But there are some golden rules to keep in mind before worrying about getting dirt under your fingernails in the garage. Primary among them is that you have to know what the car is telling you, and this can only be achieved by running consistent laps until you know for sure what is happening. Don’t feel frustrated if you are not sure, just do more laps. If all else fails you can use telemetry to look for clues (I’ll cover those secrets in an upcoming article).

But at the end of the day, even a perfectly balanced car can be made to exhibit oversteer or understeer in the hands of the driver. For instance, understeer is easily induced in several ways:

1)    carrying too much speed into a turn
2)    braking too aggressively
3)    turning too sharply and/or too aggressively
4)    rolling onto the throttle too early at the exit

Sure it's understeering, but is it caused by the car, driver or both?

Sure it's understeering, but is the understeer caused by the car, driver or both?

Similarly, oversteer is dialed in by a driver’s inputs when:

1)    lifting off the throttle abruptly while turning
2)    stabbing at the brakes while turning
3)    ‘tossing’ the car into the turn (rally or dirt track style).
4)    aggressive application of the throttle while exiting the turn

Can you say 'oversteer' boys 'n girls?  Of course.  But can you say why?

Can you say 'oversteer' boys 'n girls? Of course you can. But can you say why?

There’s an old story about Ronnie Peterson, one of the most talented racers of all time, but who was also notoriously bad at setting-up the car and working with the engineers to solve handling issues. A story from Michael Oliver’s book Lotus 72 Formula One Icon, explained how at Zandvoort one time, Ronnie complained that his Lotus 72 was oversteering badly, so Mr. Oliver made several adjustments to remove the oversteer.  After a few more laps Peterson returned to the pits and reoprted that the car was still oversteering.  “Ronnie,” Oliver said, “I changed the car a lot.  What the hell is the problem?” Ronnie answered: “Well, as I can’t enter the bend, I have to fling my car into [it] but it skids when oversteering and it’s really difficult to control it.” Oliver said: “For God’s sake, you have understeering!” And Peterson replied,“Well, yes, I suppose so.”

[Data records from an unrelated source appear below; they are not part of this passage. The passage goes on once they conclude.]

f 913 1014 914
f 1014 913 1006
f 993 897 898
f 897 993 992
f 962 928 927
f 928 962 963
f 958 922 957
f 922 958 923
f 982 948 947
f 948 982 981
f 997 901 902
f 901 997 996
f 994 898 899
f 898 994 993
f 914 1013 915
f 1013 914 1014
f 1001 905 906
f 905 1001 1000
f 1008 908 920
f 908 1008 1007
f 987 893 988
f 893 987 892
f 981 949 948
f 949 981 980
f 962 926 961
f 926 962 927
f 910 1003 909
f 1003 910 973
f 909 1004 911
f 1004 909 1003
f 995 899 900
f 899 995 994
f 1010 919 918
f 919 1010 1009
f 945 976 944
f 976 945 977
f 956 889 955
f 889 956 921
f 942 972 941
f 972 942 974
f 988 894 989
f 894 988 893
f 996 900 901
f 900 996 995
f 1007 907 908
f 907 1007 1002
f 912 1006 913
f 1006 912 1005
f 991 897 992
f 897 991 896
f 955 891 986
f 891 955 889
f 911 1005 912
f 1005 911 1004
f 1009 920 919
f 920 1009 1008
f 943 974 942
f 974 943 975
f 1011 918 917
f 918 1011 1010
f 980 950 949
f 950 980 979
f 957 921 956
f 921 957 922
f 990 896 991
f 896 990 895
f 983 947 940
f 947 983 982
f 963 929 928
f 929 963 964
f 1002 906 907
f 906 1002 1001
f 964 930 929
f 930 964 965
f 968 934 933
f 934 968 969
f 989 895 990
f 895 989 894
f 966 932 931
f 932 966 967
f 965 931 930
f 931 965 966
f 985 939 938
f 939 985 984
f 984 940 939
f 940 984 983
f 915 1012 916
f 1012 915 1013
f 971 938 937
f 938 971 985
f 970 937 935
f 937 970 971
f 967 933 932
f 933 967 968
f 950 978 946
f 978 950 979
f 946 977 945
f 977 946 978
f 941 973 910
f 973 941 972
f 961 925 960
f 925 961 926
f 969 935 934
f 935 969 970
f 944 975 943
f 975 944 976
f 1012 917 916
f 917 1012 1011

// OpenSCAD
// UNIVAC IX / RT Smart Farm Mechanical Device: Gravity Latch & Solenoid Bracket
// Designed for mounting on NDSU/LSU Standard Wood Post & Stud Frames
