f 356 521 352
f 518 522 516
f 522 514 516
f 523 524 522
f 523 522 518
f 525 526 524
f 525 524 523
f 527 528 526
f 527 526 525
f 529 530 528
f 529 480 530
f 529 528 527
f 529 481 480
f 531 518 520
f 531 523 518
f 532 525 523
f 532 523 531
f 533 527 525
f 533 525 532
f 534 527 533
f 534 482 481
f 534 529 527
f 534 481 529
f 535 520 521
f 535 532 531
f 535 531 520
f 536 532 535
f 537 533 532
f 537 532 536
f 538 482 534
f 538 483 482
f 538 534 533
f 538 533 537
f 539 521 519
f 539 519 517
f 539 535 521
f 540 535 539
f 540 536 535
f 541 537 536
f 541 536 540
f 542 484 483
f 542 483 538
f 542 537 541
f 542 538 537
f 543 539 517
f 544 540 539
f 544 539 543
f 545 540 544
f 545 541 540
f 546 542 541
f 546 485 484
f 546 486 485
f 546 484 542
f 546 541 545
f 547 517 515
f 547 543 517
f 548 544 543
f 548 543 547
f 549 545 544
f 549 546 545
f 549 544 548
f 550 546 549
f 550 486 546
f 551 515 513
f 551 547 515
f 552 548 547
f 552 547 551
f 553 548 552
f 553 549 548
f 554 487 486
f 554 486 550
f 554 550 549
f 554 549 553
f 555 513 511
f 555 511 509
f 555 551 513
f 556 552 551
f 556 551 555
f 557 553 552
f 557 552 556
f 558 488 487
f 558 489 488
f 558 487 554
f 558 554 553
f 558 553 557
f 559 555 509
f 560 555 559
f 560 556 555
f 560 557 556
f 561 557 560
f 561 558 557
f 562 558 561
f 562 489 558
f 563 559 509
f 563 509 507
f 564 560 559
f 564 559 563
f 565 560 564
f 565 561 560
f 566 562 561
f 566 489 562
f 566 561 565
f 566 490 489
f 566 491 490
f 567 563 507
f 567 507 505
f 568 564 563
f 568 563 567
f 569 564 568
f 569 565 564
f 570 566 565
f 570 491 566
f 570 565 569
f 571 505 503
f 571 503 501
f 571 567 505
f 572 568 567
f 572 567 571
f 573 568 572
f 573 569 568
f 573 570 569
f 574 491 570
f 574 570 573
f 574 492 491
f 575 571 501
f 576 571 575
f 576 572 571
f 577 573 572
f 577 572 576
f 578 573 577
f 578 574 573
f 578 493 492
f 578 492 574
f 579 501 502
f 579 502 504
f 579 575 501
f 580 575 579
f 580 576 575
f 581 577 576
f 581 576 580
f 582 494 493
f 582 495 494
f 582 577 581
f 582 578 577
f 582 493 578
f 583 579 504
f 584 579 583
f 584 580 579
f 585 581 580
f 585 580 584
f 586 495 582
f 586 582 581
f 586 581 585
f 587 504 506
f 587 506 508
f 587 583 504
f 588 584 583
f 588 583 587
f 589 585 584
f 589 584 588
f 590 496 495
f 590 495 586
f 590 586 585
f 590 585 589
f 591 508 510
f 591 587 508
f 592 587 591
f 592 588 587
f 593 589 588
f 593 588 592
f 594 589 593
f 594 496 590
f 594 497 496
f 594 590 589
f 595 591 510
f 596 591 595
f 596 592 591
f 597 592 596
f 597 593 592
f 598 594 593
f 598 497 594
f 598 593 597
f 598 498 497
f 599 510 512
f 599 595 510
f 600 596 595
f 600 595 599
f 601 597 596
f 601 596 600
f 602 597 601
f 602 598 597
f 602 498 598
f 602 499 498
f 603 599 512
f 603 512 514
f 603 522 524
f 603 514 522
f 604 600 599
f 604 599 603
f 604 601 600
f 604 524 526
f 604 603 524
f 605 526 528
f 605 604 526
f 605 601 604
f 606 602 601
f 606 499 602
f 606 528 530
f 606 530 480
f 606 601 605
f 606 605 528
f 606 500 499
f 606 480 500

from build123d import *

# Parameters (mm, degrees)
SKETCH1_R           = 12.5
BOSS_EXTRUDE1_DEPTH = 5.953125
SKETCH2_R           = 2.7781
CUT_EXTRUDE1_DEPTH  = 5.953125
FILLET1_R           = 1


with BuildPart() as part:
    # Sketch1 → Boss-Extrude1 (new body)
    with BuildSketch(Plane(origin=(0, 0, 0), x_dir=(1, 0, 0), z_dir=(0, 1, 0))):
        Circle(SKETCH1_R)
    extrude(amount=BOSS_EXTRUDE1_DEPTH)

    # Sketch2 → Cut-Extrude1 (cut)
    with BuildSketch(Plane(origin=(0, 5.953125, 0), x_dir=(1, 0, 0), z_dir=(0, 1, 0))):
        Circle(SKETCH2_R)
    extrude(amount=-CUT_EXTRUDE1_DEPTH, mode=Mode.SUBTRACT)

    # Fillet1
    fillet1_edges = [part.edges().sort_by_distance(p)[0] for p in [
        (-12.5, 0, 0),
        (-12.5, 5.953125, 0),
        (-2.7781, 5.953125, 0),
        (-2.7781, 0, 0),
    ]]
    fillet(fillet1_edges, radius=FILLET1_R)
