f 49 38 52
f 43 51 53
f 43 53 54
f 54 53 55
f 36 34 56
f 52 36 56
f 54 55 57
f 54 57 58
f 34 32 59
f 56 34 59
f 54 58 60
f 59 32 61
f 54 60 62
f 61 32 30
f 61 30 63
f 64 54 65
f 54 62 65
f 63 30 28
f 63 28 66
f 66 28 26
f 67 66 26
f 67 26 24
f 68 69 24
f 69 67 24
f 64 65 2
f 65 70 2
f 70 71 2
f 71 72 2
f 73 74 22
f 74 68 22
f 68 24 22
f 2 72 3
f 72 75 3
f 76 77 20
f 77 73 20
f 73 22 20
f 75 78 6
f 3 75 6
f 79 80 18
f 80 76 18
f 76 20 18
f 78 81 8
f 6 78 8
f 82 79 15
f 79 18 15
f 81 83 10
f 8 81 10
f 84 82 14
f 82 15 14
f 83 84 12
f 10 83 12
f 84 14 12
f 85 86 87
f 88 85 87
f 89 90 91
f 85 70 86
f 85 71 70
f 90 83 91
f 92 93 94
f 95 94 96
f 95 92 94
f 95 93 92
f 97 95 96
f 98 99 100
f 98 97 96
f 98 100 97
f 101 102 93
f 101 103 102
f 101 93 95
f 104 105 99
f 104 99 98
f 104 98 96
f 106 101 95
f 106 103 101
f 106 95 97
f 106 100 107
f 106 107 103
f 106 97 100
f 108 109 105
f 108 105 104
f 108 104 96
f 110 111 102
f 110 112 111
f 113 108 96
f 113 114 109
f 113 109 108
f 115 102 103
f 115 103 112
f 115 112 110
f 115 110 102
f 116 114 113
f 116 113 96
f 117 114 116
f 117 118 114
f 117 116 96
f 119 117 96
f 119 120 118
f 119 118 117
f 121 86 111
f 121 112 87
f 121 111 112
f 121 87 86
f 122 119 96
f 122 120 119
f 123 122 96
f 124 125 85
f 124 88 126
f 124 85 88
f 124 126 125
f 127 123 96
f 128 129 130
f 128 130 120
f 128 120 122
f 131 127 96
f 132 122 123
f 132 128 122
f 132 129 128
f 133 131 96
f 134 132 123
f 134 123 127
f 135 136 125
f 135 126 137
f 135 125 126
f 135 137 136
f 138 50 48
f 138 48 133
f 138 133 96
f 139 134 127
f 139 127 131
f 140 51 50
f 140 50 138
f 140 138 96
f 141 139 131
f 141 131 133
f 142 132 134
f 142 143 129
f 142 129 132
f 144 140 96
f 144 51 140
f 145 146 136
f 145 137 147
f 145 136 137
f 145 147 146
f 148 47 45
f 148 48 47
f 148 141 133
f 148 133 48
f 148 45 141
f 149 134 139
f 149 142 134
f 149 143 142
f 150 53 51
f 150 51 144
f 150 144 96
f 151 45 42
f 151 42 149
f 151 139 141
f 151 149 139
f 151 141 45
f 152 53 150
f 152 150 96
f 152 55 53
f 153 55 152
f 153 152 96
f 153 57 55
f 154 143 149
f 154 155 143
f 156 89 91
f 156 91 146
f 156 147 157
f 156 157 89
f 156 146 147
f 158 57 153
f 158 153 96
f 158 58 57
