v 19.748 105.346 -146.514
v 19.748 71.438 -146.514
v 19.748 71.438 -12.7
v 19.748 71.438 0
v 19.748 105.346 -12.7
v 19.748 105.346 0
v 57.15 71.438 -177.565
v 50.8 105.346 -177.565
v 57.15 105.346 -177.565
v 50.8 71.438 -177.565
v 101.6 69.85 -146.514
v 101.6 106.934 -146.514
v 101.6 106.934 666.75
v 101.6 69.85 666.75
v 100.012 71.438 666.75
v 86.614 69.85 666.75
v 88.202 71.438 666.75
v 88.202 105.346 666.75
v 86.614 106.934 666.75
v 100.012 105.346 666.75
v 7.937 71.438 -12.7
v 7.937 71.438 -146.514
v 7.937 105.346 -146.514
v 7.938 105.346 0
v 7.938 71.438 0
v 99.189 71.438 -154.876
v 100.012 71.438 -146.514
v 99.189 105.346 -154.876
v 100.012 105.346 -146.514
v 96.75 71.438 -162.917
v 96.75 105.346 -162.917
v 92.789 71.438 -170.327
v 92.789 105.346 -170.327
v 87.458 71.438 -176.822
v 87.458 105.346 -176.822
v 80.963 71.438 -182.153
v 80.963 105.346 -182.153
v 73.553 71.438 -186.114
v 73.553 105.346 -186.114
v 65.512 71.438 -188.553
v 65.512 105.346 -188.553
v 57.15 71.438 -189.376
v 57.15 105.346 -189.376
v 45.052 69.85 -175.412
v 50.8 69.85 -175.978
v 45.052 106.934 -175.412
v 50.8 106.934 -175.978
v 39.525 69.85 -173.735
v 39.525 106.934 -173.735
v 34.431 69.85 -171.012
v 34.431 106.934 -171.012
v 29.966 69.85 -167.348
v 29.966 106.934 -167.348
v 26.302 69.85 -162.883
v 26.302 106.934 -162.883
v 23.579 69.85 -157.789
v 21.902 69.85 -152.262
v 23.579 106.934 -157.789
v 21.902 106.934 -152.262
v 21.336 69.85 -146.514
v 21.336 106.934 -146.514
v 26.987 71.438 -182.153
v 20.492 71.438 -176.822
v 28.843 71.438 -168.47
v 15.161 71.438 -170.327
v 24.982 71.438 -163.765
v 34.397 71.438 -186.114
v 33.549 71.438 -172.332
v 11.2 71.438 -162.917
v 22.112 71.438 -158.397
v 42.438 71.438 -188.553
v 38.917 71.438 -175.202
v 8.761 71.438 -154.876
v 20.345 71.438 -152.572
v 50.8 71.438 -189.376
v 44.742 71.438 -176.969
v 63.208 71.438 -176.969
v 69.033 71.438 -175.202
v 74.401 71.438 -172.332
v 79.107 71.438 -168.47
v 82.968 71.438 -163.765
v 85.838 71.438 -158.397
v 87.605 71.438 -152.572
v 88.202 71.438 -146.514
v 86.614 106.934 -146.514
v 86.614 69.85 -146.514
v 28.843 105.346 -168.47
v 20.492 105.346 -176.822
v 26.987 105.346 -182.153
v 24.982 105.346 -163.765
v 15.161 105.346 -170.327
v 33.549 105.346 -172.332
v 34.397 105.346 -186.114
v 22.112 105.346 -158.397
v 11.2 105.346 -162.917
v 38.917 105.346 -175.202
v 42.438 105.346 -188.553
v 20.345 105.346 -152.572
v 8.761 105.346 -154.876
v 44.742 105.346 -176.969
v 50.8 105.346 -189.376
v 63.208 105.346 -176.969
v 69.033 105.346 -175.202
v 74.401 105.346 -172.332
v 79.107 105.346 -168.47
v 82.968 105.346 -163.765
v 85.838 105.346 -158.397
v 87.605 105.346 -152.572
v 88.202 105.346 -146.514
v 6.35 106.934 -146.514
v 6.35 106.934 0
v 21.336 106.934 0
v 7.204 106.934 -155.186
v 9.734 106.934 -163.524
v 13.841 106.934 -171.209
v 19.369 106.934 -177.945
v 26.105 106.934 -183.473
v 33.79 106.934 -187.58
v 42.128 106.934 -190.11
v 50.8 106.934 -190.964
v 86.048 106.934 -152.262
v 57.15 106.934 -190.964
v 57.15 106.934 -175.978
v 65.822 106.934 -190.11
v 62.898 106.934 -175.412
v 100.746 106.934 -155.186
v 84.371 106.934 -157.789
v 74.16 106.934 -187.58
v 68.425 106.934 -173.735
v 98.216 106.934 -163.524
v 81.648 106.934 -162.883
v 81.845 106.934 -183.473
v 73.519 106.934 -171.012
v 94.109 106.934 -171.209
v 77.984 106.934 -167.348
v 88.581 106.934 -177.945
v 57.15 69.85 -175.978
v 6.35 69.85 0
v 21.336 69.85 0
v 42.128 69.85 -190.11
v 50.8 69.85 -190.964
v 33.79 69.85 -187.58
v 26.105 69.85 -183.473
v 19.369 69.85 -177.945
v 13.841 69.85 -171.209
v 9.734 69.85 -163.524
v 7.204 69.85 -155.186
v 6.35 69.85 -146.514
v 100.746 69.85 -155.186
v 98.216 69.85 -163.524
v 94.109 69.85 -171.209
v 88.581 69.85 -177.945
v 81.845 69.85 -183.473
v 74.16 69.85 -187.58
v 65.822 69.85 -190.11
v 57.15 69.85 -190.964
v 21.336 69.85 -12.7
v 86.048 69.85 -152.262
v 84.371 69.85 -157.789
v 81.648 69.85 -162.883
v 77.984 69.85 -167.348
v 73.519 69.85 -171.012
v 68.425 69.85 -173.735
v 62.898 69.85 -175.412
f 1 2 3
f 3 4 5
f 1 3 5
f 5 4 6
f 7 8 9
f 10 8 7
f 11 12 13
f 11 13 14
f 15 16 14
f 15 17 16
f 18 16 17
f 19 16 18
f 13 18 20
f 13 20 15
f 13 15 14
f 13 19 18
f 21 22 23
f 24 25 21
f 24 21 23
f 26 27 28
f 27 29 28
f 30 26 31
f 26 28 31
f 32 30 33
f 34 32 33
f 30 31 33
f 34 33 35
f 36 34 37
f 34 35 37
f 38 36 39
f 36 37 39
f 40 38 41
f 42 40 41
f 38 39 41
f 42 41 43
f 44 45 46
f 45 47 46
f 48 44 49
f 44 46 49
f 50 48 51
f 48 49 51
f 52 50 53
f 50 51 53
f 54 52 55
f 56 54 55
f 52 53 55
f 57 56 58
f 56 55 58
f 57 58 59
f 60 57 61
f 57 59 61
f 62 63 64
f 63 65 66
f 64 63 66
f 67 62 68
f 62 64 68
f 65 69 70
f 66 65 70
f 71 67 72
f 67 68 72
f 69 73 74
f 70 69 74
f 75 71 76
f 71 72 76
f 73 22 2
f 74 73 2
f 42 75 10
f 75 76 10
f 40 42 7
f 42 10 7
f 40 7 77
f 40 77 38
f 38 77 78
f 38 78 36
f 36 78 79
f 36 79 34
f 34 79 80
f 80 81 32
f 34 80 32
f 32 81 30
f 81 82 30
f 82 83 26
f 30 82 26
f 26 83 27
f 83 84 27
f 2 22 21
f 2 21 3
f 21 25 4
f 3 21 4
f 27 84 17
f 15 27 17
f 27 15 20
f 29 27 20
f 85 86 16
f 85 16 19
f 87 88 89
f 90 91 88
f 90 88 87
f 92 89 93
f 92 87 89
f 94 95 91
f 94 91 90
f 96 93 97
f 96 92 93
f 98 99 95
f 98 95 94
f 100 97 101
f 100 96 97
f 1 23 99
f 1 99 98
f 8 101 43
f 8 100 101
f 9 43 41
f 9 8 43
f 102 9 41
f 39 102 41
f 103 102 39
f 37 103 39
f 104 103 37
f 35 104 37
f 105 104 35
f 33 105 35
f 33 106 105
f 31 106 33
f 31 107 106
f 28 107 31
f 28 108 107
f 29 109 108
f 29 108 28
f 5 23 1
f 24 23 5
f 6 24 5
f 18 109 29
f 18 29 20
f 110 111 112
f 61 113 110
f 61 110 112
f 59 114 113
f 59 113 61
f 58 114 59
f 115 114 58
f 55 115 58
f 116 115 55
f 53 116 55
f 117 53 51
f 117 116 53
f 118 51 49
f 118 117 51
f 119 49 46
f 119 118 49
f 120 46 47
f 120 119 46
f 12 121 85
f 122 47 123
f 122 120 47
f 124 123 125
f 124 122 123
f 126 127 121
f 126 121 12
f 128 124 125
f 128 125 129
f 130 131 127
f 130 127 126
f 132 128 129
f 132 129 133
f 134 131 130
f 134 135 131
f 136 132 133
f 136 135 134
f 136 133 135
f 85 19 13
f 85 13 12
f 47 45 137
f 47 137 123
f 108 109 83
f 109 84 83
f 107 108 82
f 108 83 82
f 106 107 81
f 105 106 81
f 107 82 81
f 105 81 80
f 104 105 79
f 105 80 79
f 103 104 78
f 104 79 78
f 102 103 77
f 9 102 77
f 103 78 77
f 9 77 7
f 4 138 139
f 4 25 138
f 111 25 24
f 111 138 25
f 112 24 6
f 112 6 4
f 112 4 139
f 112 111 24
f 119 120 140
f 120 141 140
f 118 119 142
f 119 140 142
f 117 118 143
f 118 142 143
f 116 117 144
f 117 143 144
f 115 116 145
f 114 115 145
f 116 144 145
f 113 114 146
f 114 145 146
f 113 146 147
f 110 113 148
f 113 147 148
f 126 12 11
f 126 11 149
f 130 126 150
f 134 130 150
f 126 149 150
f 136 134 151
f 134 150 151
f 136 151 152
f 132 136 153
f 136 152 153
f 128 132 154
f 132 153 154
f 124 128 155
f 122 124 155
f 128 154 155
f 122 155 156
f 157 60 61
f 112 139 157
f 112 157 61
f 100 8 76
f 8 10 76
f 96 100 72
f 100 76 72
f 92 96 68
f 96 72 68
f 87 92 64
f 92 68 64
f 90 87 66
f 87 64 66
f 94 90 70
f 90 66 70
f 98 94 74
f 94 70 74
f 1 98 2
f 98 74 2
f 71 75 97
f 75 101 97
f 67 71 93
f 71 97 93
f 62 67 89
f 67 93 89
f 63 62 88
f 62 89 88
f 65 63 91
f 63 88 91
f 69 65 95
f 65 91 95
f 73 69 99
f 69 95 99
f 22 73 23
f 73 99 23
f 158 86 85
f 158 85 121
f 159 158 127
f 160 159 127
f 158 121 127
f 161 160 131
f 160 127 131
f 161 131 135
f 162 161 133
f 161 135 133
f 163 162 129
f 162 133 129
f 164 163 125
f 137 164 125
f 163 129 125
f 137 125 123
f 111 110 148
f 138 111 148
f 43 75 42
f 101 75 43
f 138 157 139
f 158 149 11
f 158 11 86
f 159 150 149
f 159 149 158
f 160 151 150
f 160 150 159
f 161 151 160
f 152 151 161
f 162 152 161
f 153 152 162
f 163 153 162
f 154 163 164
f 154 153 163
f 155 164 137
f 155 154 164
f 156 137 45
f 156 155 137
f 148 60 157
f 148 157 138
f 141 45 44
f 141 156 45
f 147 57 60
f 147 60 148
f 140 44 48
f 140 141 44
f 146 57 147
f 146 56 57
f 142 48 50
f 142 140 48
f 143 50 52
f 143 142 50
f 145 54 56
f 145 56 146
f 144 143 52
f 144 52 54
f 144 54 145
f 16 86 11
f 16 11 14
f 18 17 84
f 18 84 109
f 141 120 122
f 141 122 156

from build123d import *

# Parameters (mm, degrees)
SKETCH1_W      = 14.986
SKETCH1_H      = 37.084
SKETCH1_W_2    = 11.811
SKETCH1_H_2    = 33.909
EXTRUDE1_DEPTH = 12.7
SKETCH2_W      = 14.986
SKETCH2_H      = 37.084
SKETCH2_W_2    = 11.811
SKETCH2_H_2    = 33.909
EXTRUDE2_DEPTH = 12.7
SKETCH3_W      = 14.986
SKETCH3_H      = 37.084
SKETCH3_W_2    = 11.811
SKETCH3_H_2    = 33.909


with BuildPart() as part:
    # Sketch1 → Extrude1 (new body)
    with BuildSketch(Plane.XY):
        with Locations((13.843, 88.392)):
            Rectangle(SKETCH1_W, SKETCH1_H)
        with Locations((13.843, 88.392)):
            Rectangle(SKETCH1_W_2, SKETCH1_H_2, mode=Mode.SUBTRACT)
    extrude(amount=-EXTRUDE1_DEPTH)



with BuildPart() as body_2:
    # Sketch2 → Extrude2 (new body)
    with BuildSketch(Plane.XY.offset(666.75)):
        with Locations((94.107, 88.392)):
            Rectangle(SKETCH2_W, SKETCH2_H)
        with Locations((94.107, 88.392)):
            Rectangle(SKETCH2_W_2, SKETCH2_H_2, mode=Mode.SUBTRACT)
    extrude(amount=-EXTRUDE2_DEPTH)


with BuildPart() as part_1:
    add(part.part)

    add(body_2.part)  # Sweep1 merges body 2
    # Sweep1: sweep along a curve in space
    with BuildLine() as sweep1_path:
        Line((101.6, 69.85, 654.05), (101.6, 69.85, -146.513751223))
        ThreePointArc((101.6, 69.85, -146.513751223), (88.580896424, 69.85, -177.944647647), (57.15, 69.85, -190.963751223))
        Line((57.15, 69.85, -190.963751223), (50.8, 69.85, -190.963751223))
        ThreePointArc((6.35, 69.85, -146.513751223), (19.369103576, 69.85, -177.944647647), (50.8, 69.85, -190.963751223))
        Line((6.35, 69.85, -146.513751223), (6.35, 69.85, -12.7))
    # Sketch3 → Sweep1 (sweep)
    with BuildSketch(Plane(origin=(0, 0, 654.05), x_dir=(-1, 0, 0), z_dir=(0, 0, -1))):
        with Locations((-94.107, 88.392)):
            Rectangle(SKETCH3_W, SKETCH3_H)
        with Locations((-94.107, 88.392)):
            Rectangle(SKETCH3_W_2, SKETCH3_H_2, mode=Mode.SUBTRACT)
    sweep(path=sweep1_path.line)


solid = part_1.part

Ronnie was known to adapt to any car setup and make the required adjustments in driving style to make the car handle well, and still be as quick as anyone else. One of the challenges with this is to limit the wear and tear on the tires and other components, depending on the degree of compensation.

I’m not saying we can all be as gifted as Ronnie.  But I am pointing out that drivers can (a) make a car which is unbalanced feel more balanced or (b) make a well-balanced car feel unbalanced by driving it wrong. And also, like Ronnie we may even be confused about what the car is telling us if we try to compensate too much.

2 Comments or Trackbacks

RSS Feed Collapse Expand
  1. Name Email

  1. Mike Schrader
    May 15th, 2010 at 7:00 pm

    Ray,

    Nice article and would like to see more of this.
    I’m also the nut behind the wheel. I am starting to improve my driving by learning to drive before I learn how to adjust the setup.

    Keep up the article

    Thanks
    Michael

  2. Julian
    May 24th, 2010 at 5:07 pm

    I enjoyed this articale as well. It reminds us to not always blame the setup but look at what may be the real problem, “The Nut Behind the Wheel”.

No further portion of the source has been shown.